Set out exactly every line of the entries below, starting at the line that holds "#184=FACE_BOUND('',#183,.T.);" and stopping after the line that holds "Rebuilt in FreeCAD, every".

§ SOURCE DATA
---*---

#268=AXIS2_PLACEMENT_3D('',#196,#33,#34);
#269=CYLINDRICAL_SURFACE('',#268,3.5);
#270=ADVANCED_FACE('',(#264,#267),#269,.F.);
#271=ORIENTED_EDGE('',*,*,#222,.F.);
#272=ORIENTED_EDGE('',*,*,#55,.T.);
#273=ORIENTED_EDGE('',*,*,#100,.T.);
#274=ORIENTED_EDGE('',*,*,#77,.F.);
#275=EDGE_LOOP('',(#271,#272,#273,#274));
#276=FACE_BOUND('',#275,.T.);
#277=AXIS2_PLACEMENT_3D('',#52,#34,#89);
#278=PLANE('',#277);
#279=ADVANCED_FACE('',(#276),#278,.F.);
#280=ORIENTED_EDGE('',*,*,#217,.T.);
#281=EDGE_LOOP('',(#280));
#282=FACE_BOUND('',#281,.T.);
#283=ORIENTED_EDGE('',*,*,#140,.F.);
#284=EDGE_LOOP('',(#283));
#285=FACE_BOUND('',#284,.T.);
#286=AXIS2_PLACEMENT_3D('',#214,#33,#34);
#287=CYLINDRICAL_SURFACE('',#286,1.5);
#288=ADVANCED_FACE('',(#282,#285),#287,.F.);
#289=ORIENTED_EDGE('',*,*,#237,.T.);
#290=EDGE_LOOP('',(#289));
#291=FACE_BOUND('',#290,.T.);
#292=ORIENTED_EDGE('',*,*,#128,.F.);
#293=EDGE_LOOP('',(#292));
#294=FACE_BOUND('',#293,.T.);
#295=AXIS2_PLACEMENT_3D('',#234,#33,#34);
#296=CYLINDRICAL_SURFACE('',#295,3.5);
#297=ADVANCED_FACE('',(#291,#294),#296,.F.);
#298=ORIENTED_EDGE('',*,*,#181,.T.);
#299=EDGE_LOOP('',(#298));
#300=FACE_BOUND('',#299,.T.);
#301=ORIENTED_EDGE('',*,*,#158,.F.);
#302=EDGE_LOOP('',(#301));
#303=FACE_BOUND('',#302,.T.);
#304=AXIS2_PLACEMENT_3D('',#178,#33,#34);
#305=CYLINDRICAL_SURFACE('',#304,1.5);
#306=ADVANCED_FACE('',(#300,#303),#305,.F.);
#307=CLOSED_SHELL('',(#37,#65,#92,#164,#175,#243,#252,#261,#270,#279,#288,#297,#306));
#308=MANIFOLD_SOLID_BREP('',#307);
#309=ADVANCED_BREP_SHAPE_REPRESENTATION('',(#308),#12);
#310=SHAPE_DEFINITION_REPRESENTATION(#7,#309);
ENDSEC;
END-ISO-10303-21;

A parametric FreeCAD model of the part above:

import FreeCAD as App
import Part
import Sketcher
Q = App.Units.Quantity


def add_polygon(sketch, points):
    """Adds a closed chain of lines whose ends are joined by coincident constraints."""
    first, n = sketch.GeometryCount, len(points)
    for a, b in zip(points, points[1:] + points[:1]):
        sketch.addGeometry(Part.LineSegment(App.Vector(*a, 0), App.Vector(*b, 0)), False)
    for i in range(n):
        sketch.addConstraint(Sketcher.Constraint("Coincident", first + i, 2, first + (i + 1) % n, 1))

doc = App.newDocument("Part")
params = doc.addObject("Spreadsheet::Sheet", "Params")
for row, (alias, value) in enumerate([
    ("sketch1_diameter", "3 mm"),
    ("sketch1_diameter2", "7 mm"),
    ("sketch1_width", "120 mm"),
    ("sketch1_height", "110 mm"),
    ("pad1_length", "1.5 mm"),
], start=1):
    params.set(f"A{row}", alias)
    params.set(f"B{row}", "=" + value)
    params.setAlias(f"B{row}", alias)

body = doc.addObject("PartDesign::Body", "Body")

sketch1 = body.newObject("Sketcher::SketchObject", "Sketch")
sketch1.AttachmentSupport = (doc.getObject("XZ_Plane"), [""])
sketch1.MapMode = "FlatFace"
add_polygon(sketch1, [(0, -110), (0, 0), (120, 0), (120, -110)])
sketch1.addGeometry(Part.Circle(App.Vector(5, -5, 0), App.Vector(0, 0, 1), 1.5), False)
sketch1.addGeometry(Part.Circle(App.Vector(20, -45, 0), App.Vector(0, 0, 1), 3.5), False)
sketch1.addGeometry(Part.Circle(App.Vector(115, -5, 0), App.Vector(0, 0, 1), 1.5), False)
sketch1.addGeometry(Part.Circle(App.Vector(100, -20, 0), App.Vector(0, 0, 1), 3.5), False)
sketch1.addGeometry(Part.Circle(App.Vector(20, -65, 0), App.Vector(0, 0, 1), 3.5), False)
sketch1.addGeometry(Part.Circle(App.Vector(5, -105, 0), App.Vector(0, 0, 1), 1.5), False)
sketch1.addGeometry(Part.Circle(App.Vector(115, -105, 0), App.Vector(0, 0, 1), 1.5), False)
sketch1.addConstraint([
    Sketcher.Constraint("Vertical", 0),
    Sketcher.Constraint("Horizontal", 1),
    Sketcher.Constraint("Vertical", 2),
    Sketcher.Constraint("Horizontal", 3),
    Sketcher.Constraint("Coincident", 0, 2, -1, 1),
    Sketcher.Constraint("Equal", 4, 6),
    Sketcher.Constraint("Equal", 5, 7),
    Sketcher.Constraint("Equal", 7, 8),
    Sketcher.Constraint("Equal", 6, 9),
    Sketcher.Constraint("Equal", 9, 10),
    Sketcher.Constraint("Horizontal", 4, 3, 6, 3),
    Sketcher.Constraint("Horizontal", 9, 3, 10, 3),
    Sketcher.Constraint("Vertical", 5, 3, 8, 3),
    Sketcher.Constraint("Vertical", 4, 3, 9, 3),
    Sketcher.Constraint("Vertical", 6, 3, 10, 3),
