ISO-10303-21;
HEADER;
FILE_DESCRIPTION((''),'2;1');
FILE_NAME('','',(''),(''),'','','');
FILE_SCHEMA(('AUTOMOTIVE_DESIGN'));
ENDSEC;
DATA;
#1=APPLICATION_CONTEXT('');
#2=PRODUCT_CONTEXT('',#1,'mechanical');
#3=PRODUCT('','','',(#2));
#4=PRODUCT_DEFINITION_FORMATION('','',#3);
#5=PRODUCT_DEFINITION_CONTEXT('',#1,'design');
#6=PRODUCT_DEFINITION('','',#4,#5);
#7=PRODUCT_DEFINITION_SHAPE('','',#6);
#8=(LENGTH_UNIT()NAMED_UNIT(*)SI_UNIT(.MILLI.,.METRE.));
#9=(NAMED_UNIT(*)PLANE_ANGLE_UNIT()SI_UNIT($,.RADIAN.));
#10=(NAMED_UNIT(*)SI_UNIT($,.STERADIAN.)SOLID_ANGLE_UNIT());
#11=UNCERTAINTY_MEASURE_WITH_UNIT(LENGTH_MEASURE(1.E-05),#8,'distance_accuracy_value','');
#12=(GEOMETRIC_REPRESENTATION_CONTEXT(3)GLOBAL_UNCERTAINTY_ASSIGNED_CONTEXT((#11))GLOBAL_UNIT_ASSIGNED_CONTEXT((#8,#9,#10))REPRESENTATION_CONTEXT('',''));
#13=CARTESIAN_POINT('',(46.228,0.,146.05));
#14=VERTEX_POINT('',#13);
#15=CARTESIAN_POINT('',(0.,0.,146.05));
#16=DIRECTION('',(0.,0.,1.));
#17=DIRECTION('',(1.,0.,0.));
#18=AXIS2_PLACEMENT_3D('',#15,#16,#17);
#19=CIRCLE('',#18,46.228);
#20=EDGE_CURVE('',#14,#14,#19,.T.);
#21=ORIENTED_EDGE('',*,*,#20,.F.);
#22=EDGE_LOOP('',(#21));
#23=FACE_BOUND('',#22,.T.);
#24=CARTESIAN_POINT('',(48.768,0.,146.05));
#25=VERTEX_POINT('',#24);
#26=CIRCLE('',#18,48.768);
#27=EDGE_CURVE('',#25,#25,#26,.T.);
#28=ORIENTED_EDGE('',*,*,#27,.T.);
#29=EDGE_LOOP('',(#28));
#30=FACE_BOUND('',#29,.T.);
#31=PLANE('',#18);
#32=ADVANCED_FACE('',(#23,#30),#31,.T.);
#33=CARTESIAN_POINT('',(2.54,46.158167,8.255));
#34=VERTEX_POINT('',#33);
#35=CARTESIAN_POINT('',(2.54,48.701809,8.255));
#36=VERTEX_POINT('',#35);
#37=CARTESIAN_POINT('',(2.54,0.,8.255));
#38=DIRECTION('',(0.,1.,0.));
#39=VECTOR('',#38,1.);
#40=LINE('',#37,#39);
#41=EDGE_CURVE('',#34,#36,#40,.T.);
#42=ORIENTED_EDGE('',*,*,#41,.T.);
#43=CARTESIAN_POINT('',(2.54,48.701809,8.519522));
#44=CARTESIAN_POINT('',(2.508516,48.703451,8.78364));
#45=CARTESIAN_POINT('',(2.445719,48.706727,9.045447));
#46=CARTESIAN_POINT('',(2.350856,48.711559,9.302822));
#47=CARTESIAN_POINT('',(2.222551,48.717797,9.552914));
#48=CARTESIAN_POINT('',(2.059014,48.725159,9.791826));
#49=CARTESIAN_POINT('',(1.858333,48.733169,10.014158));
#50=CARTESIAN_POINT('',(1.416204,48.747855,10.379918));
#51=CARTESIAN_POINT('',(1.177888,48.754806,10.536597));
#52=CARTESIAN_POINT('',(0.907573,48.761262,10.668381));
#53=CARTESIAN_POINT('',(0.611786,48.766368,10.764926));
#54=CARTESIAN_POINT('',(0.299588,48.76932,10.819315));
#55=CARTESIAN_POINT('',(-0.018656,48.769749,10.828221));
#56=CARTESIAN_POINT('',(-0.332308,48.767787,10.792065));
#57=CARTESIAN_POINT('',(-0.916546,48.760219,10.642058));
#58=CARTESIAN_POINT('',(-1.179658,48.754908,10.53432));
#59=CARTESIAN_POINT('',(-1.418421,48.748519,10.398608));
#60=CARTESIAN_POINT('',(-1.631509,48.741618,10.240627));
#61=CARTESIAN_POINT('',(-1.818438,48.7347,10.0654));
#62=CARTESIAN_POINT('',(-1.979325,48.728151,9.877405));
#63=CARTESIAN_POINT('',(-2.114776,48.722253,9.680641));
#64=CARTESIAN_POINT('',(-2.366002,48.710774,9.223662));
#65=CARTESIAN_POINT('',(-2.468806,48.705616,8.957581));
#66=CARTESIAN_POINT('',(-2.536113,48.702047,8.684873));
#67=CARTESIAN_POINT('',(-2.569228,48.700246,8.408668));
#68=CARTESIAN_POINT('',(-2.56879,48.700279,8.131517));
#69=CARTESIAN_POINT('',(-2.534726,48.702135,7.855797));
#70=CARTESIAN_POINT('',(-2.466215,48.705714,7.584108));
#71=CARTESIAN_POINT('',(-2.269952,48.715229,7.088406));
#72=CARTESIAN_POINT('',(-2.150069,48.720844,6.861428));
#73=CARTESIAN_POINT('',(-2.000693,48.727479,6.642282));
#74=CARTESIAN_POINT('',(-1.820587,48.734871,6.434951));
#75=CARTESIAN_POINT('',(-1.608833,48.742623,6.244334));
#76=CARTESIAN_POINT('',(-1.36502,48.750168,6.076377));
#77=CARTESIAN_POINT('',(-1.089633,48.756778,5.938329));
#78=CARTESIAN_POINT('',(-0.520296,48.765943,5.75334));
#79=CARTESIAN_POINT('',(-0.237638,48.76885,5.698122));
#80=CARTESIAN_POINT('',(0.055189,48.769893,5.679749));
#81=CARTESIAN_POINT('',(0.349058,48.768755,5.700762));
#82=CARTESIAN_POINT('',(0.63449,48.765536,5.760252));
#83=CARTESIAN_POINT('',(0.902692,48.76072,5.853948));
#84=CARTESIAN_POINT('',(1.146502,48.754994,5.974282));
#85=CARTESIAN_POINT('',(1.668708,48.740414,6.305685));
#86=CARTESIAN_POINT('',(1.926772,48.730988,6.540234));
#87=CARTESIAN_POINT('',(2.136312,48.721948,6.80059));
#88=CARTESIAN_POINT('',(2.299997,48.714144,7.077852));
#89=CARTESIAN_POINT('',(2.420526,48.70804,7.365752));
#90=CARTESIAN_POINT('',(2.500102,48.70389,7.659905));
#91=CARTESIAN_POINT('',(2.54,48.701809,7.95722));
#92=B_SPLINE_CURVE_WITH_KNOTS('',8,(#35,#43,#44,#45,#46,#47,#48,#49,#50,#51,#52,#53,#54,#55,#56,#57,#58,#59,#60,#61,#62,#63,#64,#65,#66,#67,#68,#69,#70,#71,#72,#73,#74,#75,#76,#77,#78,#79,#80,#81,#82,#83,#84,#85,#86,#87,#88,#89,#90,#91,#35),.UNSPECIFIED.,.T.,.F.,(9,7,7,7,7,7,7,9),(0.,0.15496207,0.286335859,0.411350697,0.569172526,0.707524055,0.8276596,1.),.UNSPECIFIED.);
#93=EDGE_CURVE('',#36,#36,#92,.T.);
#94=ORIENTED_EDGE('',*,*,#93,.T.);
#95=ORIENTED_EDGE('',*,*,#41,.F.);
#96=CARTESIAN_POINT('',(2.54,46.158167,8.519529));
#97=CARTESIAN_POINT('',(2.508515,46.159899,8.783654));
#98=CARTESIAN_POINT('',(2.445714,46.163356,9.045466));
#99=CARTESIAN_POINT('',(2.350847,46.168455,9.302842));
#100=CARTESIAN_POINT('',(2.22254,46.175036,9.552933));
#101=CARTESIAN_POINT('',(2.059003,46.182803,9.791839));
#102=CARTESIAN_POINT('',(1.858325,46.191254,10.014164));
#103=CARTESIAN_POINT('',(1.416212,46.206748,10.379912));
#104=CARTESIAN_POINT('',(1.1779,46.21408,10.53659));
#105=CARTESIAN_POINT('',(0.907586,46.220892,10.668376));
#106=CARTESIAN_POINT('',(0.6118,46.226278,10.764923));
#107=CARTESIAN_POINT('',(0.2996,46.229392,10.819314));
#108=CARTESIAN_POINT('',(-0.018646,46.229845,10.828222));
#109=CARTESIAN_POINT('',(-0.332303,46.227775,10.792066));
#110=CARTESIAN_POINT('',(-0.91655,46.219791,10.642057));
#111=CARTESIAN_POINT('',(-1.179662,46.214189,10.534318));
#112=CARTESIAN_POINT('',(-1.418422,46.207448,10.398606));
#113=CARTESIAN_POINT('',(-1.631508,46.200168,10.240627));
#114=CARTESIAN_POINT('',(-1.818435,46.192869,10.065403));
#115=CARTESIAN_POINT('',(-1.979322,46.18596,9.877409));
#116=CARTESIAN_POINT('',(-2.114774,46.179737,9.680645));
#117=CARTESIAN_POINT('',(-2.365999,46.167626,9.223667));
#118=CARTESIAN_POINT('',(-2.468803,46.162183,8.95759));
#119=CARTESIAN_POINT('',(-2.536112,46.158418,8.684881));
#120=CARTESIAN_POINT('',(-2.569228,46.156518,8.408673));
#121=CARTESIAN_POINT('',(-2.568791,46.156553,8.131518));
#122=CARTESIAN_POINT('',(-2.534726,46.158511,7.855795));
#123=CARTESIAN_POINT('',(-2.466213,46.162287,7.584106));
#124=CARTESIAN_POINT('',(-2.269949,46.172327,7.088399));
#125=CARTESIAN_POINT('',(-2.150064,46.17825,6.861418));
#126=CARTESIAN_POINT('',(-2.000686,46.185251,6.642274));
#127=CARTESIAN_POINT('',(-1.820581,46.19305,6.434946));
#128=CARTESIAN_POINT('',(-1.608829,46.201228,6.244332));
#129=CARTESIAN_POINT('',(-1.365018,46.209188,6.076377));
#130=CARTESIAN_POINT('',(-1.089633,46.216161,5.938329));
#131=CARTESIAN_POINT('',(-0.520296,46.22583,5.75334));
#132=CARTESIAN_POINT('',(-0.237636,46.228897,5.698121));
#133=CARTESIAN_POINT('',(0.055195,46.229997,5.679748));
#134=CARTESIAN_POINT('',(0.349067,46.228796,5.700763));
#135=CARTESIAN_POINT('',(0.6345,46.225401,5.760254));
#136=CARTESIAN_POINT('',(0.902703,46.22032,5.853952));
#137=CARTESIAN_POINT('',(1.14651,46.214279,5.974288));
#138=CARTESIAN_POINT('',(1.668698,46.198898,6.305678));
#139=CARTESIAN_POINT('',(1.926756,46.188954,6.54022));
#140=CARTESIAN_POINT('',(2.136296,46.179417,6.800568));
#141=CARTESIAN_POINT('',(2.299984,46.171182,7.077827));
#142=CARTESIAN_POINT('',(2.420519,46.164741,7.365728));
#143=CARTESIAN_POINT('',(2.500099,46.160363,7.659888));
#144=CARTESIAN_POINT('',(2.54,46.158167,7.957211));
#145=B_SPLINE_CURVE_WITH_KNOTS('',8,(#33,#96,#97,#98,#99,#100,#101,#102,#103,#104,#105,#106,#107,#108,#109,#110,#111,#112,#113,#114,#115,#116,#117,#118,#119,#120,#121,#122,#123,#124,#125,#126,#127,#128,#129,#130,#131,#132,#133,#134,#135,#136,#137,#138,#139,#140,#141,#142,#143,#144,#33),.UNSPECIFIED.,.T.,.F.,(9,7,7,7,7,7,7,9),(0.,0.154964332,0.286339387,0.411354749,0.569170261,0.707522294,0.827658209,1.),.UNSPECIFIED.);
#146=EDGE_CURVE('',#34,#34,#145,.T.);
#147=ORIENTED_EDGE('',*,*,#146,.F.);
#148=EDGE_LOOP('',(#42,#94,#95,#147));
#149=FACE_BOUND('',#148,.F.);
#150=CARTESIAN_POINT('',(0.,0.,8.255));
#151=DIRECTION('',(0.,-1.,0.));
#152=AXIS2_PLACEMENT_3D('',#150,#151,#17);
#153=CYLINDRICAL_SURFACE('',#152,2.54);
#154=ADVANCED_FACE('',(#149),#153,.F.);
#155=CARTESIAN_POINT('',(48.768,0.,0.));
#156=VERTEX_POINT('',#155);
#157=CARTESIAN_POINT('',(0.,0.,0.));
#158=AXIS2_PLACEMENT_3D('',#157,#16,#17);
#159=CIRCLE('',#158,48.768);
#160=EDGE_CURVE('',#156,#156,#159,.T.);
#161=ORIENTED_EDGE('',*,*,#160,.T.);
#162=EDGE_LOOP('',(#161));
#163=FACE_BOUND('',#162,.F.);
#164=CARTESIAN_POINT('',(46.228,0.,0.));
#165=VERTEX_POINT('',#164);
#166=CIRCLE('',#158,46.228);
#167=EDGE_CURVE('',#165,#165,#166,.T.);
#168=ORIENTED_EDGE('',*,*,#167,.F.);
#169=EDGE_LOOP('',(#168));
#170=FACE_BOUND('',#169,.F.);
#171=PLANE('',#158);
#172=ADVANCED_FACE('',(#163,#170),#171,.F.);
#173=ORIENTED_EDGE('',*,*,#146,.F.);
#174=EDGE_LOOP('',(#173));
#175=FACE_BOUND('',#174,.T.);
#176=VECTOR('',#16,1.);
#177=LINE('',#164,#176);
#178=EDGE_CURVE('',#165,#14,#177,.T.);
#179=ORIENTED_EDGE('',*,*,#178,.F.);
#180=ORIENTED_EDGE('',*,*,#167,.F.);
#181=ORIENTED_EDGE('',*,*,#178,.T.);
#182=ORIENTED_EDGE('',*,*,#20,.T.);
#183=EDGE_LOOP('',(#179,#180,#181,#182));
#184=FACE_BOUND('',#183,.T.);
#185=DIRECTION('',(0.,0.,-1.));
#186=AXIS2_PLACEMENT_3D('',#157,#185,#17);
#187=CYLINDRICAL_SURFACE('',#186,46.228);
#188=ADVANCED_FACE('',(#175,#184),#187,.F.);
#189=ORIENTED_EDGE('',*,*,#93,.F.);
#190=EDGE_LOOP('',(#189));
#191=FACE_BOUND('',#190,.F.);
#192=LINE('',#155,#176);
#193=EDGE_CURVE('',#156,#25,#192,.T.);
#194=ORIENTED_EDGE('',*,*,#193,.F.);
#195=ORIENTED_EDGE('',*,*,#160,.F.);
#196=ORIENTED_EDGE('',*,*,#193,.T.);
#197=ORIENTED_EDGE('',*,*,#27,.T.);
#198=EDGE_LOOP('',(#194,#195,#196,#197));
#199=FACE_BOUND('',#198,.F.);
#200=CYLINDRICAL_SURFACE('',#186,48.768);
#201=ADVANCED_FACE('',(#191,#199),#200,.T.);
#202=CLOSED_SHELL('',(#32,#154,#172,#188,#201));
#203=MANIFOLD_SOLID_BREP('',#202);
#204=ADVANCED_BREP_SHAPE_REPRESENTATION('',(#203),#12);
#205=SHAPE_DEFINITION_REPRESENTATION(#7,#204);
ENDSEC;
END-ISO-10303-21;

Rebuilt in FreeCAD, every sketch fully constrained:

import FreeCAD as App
import Part
import Sketcher
from FreeCAD import Vector
Q = App.Units.Quantity

doc = App.newDocument("Part")
body = doc.addObject("PartDesign::Body", "Body")

# Sketch on XY plane
sketch1 = body.newObject("Sketcher::SketchObject", "Sketch")
sketch1.AttachmentSupport = (doc.getObject("XY_Plane"), [""])
sketch1.MapMode = "FlatFace"
sketch1.addGeometry([
    Part.Circle(Vector(0, 0, 0), Vector(0, 0, 1), 49),
    Part.Circle(Vector(0, 0, 0), Vector(0, 0, 1), 46),
], False)
sketch1.addConstraint([
    Sketcher.Constraint("Coincident", 0, 3, -1, 1),
    Sketcher.Constraint("Coincident", 1, 3, -1, 1),
    Sketcher.Constraint("Diameter", 0, Q("3.84 in")),
    Sketcher.Constraint("Diameter", 1, Q("3.64 in")),
])
pad1 = body.newObject("PartDesign::Pad", "Pad")
pad1.Profile = sketch1
pad1.Length = Q("5.75 in")

# Sketch on XZ plane
sketch2 = body.newObject("Sketcher::SketchObject", "Sketch001")
sketch2.AttachmentSupport = (doc.getObject("XZ_Plane"), [""])
sketch2.MapMode = "FlatFace"
sketch2.addGeometry(Part.Circle(Vector(0, 8.3, 0), Vector(0, 0, 1), 2.5), False)
sketch2.addConstraint([
    Sketcher.Constraint("PointOnObject", 0, 3, -2),
    Sketcher.Constraint("Diameter", 0, Q("0.2 in")),
    Sketcher.Constraint("DistanceY", -1, 1, 0, 3, Q("0.325 in")),
])
pocket1 = body.newObject("PartDesign::Pocket", "Pocket")
pocket1.Profile = sketch2
pocket1.Type = "ThroughAll"

doc.recompute()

---*---

§ TASK RESPONSE
#184=FACE_BOUND('',#183,.T.);
#185=DIRECTION('',(0.,0.,-1.));
#186=AXIS2_PLACEMENT_3D('',#157,#185,#17);
#187=CYLINDRICAL_SURFACE('',#186,46.228);
#188=ADVANCED_FACE('',(#175,#184),#187,.F.);
#189=ORIENTED_EDGE('',*,*,#93,.F.);
#190=EDGE_LOOP('',(#189));
#191=FACE_BOUND('',#190,.F.);
#192=LINE('',#155,#176);
#193=EDGE_CURVE('',#156,#25,#192,.T.);
#194=ORIENTED_EDGE('',*,*,#193,.F.);
#195=ORIENTED_EDGE('',*,*,#160,.F.);
#196=ORIENTED_EDGE('',*,*,#193,.T.);
#197=ORIENTED_EDGE('',*,*,#27,.T.);
#198=EDGE_LOOP('',(#194,#195,#196,#197));
#199=FACE_BOUND('',#198,.F.);
#200=CYLINDRICAL_SURFACE('',#186,48.768);
#201=ADVANCED_FACE('',(#191,#199),#200,.T.);
#202=CLOSED_SHELL('',(#32,#154,#172,#188,#201));
#203=MANIFOLD_SOLID_BREP('',#202);
#204=ADVANCED_BREP_SHAPE_REPRESENTATION('',(#203),#12);
#205=SHAPE_DEFINITION_REPRESENTATION(#7,#204);
ENDSEC;
END-ISO-10303-21;

Rebuilt in FreeCAD, every sketch fully constrained:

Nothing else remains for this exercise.